Ma, le sorprese giungono dagli esponenti della ‘giustizia meranese’, i cui interventi lasciano stordito e sconcertato l’uditorio, per più di un motivo.
Intanto, e in primo luogo, per la posizione espressa dalla Procura, che ha esordito e ‘tirato avanti’ con una serie di argomentazioni per nulla convincenti, ascoltando le quali poteva perfino dubitarsi dell’ esatta comprensione della riforma e del suo funzionamento; argomentazioni che ci si potrebbe al limite aspettare da chi sia del tutto ignaro del meccanismo su cui si regge il nuovo sistema di protezione.
A Merano, comunque – questo ci viene spiegato – le cose funzionano così: qualunque segnalazione di una situazione di bisogno che giunge alla Procura si trasforma in procedimento di interdizione, ipso iure; si vedrà poi, strada facendo, lo vedrà cioè il tribunale se sia il caso di trasmettere gli atti al giudice tutelare per l’attivazione dell’AdS; avviene, cioè, esattamente il contrario di ciò che vuole la riforma: l’interdizione come istituto principe, di applicazione generale, salva la possibilità di tramutare il tutto in amministrazione di sostegno, se ed in quanto si tratti di uno di quei casi in cui questa può fare la sua parte.
Ma, anche a non voler considerare questo aspetto, si immagini quanto tempo dovrà passare prima che un caso gestibile (a giudizio della Procura) con l’ AdS possa giungere all’attenzione del giudice tutelare!
Dopo questo e altro (su cui non val la pena soffermarsi) il relatore tira le somme del suo discorso, e conclude, più o meno così: l’iniziativa di oggi è comunque utile, servirà anche a me per capire meglio; ad ogni buon conto mi farò portavoce presso i miei superiori affinché si abbandoni questa prassi di attivare comunque e sempre procedimenti di interdizione.
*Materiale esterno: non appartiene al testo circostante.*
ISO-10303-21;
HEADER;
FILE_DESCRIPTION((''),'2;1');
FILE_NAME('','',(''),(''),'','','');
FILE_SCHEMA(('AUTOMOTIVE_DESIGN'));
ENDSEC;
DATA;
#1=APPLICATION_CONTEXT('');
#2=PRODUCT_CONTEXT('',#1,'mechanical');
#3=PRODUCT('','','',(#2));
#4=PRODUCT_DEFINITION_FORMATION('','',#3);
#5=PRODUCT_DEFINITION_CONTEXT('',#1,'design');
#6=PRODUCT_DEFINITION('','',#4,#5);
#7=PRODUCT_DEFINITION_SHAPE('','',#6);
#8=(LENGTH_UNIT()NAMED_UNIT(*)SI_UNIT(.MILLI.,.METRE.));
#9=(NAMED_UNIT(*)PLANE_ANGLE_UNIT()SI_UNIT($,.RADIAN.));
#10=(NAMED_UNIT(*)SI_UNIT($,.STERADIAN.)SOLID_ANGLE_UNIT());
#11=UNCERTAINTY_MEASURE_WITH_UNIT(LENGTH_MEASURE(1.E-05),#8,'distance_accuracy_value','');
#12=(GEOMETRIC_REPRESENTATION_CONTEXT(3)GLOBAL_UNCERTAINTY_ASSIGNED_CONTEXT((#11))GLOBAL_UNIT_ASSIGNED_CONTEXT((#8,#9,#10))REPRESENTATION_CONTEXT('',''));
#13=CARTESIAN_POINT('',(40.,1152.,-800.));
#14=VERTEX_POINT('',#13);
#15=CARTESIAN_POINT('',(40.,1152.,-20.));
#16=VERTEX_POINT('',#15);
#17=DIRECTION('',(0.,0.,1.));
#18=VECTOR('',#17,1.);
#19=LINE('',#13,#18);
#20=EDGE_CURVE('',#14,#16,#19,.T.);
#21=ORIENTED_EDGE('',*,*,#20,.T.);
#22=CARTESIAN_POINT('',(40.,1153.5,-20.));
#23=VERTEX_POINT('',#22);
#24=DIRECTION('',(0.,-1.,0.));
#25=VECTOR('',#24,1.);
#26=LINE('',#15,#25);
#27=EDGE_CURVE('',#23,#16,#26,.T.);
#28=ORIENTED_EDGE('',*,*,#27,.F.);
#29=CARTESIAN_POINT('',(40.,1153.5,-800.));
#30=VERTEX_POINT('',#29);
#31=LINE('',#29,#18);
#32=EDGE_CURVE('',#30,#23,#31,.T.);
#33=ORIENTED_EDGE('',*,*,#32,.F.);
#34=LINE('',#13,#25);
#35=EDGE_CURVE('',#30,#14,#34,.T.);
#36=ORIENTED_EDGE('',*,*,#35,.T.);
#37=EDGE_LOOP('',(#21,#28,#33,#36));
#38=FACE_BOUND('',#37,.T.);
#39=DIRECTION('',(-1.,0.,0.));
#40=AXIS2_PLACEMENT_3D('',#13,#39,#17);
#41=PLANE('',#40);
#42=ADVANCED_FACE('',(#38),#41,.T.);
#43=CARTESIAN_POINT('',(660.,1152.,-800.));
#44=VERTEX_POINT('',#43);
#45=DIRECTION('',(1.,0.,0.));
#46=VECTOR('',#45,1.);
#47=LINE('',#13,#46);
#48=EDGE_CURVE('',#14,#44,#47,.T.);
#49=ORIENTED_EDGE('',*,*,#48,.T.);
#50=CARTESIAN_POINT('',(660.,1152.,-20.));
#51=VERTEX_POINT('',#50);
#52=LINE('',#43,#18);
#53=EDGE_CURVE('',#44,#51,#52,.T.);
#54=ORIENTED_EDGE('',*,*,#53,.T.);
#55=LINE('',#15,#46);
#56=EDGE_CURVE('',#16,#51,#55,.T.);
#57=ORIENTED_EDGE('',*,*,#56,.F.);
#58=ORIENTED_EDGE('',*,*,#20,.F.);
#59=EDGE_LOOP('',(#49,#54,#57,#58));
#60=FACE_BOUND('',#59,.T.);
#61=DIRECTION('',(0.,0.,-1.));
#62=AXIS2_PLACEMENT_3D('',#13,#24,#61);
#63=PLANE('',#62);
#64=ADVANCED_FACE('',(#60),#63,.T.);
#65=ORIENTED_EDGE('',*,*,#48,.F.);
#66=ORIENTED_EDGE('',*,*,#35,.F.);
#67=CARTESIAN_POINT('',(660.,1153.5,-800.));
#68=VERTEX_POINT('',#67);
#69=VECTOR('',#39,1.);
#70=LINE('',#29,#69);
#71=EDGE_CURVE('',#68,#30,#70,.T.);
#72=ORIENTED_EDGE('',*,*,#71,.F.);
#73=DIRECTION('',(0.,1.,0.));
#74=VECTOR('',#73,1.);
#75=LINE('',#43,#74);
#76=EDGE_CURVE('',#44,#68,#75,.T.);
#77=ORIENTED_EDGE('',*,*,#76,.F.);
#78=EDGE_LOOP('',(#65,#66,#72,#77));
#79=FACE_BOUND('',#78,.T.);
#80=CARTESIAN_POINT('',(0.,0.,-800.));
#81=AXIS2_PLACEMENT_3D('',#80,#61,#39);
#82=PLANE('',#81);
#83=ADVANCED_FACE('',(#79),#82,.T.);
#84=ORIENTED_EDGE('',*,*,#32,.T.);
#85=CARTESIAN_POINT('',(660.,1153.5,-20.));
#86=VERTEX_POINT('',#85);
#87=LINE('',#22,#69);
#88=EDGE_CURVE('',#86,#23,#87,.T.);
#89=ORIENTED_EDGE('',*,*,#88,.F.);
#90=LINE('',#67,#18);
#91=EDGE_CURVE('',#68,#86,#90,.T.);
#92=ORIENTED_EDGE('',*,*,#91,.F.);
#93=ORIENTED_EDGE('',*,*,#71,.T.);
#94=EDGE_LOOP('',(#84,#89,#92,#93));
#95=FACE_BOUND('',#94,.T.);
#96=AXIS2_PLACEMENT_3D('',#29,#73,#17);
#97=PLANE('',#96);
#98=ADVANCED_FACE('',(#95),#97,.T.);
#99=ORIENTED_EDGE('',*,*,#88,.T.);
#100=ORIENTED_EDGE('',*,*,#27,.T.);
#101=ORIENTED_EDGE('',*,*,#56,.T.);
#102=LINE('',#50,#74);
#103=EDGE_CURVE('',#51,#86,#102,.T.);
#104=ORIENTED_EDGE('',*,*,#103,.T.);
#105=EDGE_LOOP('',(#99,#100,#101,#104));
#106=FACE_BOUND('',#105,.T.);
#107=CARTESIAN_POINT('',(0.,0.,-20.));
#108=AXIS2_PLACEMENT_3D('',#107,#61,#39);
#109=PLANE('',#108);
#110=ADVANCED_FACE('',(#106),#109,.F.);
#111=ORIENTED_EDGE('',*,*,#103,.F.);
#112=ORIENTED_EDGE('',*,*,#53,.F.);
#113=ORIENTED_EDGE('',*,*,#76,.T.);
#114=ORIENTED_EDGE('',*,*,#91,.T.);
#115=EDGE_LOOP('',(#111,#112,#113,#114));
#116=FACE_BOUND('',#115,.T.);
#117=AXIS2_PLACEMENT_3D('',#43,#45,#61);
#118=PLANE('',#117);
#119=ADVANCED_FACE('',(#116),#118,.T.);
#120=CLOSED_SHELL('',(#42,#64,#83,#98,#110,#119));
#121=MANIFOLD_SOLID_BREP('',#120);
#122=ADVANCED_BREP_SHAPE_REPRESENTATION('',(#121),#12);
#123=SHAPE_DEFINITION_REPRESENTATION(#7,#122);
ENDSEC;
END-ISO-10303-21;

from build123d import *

# Parameters (mm, degrees)
PRESS_UC_RAFI_RAF_1_START = -20
SKETCH1_W                 = 620
SKETCH1_H                 = 1.5
PRESS_UC_RAFI_RAF_1_DEPTH = 780


with BuildPart() as part:
    # Sketch1 → PRESS_uc_rafi_raf_1 (new body)
    with BuildSketch(Plane.XY.offset(PRESS_UC_RAFI_RAF_1_START)):
        with Locations((350, 1152.75)):
            Rectangle(SKETCH1_W, SKETCH1_H)
    extrude(amount=-PRESS_UC_RAFI_RAF_1_DEPTH)


solid = part.part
Parole elogiative per il nuovo istituto provengono invece dal giudice tutelare di Merano, che esprime senza mezzi termini l’opportunità di togliere di mezzo l’inabilitazione, una misura di protezione che non ha più senso – puntualizza più volte – dopo l’ avvento dell’amministrazione di sostegno.
Riguardo all’interdizione, non si riesce in verità a cogliere – nella relazione del g.t. – una presa di posizione altrettanto netta; per meglio dire, la premessa che regge questa parte dell’intervento è che – quanto all’interdizione – la scelta va compiuta caso per caso; d’altra parte, la casistica che viene proposta a seguire nell’esposizione si rivela sufficientemente ampia e tale da rassicurare. Tutto sommato, se ne può trarre un orientamento favorevole all’applicazione estesa della nuova misura.
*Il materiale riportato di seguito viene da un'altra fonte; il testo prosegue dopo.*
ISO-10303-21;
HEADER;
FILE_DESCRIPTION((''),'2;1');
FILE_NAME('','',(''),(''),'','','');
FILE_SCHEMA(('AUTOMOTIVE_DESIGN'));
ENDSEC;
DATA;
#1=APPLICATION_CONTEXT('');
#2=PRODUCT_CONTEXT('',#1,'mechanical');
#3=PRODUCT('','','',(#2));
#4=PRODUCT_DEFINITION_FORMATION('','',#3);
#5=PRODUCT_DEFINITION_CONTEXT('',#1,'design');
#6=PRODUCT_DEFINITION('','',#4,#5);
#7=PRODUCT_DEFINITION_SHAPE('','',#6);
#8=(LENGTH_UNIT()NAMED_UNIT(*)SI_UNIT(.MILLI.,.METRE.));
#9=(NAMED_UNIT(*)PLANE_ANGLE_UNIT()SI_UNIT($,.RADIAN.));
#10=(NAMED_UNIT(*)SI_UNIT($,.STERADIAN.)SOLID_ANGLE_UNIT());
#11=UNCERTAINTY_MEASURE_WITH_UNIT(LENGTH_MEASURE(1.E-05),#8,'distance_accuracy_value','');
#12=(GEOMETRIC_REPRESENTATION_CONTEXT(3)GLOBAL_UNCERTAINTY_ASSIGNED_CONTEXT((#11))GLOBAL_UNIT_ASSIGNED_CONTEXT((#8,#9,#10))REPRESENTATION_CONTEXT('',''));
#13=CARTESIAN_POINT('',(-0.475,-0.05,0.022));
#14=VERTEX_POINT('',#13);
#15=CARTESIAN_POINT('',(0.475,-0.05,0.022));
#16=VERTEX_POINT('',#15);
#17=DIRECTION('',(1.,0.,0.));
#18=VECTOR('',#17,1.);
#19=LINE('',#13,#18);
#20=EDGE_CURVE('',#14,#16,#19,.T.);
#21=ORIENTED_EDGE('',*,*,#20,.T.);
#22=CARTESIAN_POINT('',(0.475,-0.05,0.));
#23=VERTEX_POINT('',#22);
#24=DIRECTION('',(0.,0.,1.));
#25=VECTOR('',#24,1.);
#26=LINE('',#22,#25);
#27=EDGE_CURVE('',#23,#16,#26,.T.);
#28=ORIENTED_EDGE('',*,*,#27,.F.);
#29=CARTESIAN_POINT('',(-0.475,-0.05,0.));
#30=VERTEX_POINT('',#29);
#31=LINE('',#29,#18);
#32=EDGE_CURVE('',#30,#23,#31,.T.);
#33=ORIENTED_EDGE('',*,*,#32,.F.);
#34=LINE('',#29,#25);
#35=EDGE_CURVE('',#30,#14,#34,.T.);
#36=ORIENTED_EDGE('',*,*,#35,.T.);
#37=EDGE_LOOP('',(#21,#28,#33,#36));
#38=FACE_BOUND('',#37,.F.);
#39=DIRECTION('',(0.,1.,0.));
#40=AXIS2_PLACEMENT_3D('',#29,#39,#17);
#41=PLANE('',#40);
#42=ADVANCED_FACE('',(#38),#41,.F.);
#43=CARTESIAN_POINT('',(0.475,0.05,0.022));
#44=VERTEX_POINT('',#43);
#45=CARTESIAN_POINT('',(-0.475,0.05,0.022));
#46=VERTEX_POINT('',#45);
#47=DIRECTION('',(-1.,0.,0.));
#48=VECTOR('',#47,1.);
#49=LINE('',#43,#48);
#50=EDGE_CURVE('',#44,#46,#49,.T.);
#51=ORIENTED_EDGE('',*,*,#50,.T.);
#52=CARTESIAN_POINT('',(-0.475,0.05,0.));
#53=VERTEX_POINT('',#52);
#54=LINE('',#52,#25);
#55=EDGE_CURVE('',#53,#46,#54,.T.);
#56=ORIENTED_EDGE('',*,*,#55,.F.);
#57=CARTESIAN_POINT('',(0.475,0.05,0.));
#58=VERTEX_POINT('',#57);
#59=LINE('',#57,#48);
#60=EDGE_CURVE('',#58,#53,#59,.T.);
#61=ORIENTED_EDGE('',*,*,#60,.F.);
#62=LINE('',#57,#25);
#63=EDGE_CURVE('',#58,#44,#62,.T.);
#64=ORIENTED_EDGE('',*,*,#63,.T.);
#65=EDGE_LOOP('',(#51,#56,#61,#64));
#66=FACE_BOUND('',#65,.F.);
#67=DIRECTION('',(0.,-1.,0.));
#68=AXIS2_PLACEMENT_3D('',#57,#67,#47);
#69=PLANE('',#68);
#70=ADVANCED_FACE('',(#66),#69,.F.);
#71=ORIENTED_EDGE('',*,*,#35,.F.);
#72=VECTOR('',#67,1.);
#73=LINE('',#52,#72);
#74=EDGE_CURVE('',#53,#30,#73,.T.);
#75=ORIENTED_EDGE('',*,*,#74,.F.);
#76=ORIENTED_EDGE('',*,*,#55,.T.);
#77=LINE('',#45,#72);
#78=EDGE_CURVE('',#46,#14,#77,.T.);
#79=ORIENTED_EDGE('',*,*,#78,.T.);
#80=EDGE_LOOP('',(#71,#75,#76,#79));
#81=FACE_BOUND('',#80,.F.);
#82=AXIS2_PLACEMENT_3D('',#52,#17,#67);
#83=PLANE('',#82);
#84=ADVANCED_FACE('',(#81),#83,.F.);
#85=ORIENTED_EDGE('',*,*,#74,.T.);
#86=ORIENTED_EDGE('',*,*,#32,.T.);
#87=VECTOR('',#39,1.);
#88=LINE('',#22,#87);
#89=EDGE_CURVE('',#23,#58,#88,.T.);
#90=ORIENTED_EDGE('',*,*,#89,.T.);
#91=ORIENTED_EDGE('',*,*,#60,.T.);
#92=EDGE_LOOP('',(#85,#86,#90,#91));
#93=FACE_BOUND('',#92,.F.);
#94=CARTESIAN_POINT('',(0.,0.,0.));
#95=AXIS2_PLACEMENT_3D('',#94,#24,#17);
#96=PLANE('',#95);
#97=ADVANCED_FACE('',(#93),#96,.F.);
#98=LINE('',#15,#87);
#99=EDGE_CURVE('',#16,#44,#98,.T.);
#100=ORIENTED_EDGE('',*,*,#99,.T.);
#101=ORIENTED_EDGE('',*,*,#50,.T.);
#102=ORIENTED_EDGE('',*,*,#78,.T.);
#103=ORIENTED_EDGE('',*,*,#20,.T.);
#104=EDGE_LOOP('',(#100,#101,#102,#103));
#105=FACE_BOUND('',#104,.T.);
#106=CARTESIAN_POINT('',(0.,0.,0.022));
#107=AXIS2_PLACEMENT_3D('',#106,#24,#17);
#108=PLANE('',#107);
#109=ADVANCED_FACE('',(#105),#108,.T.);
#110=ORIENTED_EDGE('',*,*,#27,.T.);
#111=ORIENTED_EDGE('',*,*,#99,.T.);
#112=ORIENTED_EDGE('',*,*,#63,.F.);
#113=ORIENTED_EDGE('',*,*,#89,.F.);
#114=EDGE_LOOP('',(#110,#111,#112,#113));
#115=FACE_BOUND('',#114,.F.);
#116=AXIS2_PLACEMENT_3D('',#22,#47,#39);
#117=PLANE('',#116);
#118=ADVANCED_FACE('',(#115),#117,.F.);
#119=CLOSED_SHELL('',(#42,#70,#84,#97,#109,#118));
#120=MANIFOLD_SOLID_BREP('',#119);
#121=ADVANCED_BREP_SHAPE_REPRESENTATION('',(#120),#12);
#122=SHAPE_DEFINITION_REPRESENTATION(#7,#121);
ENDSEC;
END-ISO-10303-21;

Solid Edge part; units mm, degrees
sketch "Sketch1" plane through (0, 0, 0) normal (0, 0, 1) x (1, 0, 0)
  line L0 (-0.475, -0.05) -> (0.475, -0.05)
  line L1 (0.475, -0.05) -> (0.475, 0.05)
  line L2 (0.475, 0.05) -> (-0.475, 0.05)
  line L3 (-0.475, 0.05) -> (-0.475, -0.05)
  dimension "D1" = 0.95
  dimension "D2" = 0.1
extrude "Protrusion1" add sketch "Sketch1" along normal blind 0.022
Cosa concludere, dunque? Che vi sono atteggiamenti contrapposti, e un poco schizofrenici, nelle aule giudiziarie altoatesine, e ciò non può che andare a discapito dei soggetti deboli, per i quali molto dipenderà dalla sede prescelta in concreto per domandare protezione.
E quale insegnamento trarne, allora? Il seguente, quanto meno, da valere soprattutto per gli operatori socio-sanitari, la cui iniziativa si muove – sulla carta – tra due possibili opzioni: segnalazione al p.m. o ricorso diretto al g.t.
Bene, allora, la miglior cosa da farsi a Merano e dintorni, da qui in avanti, sarà quella di andare dritto dritto all’ufficio del g.t., domandando qui l’attivazione dell’AdS; tralasciando, invece, l’altra opzione dell’art. 406 c.c., che condurrebbe nelle grinfie del vecchio sistema, con l’elevato rischio di avvio di un procedimento di interdizione.
Verosimilmente, anche la prima strada non sarà scevra da difficoltà se è vero, come pure è emerso nel convegno, che vi è tutta una serie di paletti atti a far sì che l’interessato si avvalga di un difensore per predisporre il ricorso. Ma, insomma, confidiamo che il dibattito che si è svolto anche su questo ulteriore aspetto porti a rivedere certe posizioni eccessivamente rigide.
Chissà, in definitiva, cosa rimarrà di questa giornata di confronto (anche piuttosto acceso ed animato, in certi momenti): peccato però che il procuratore ed il giudice tutelare non si siano incontrati! Del resto, poi, parlavano lingue diverse.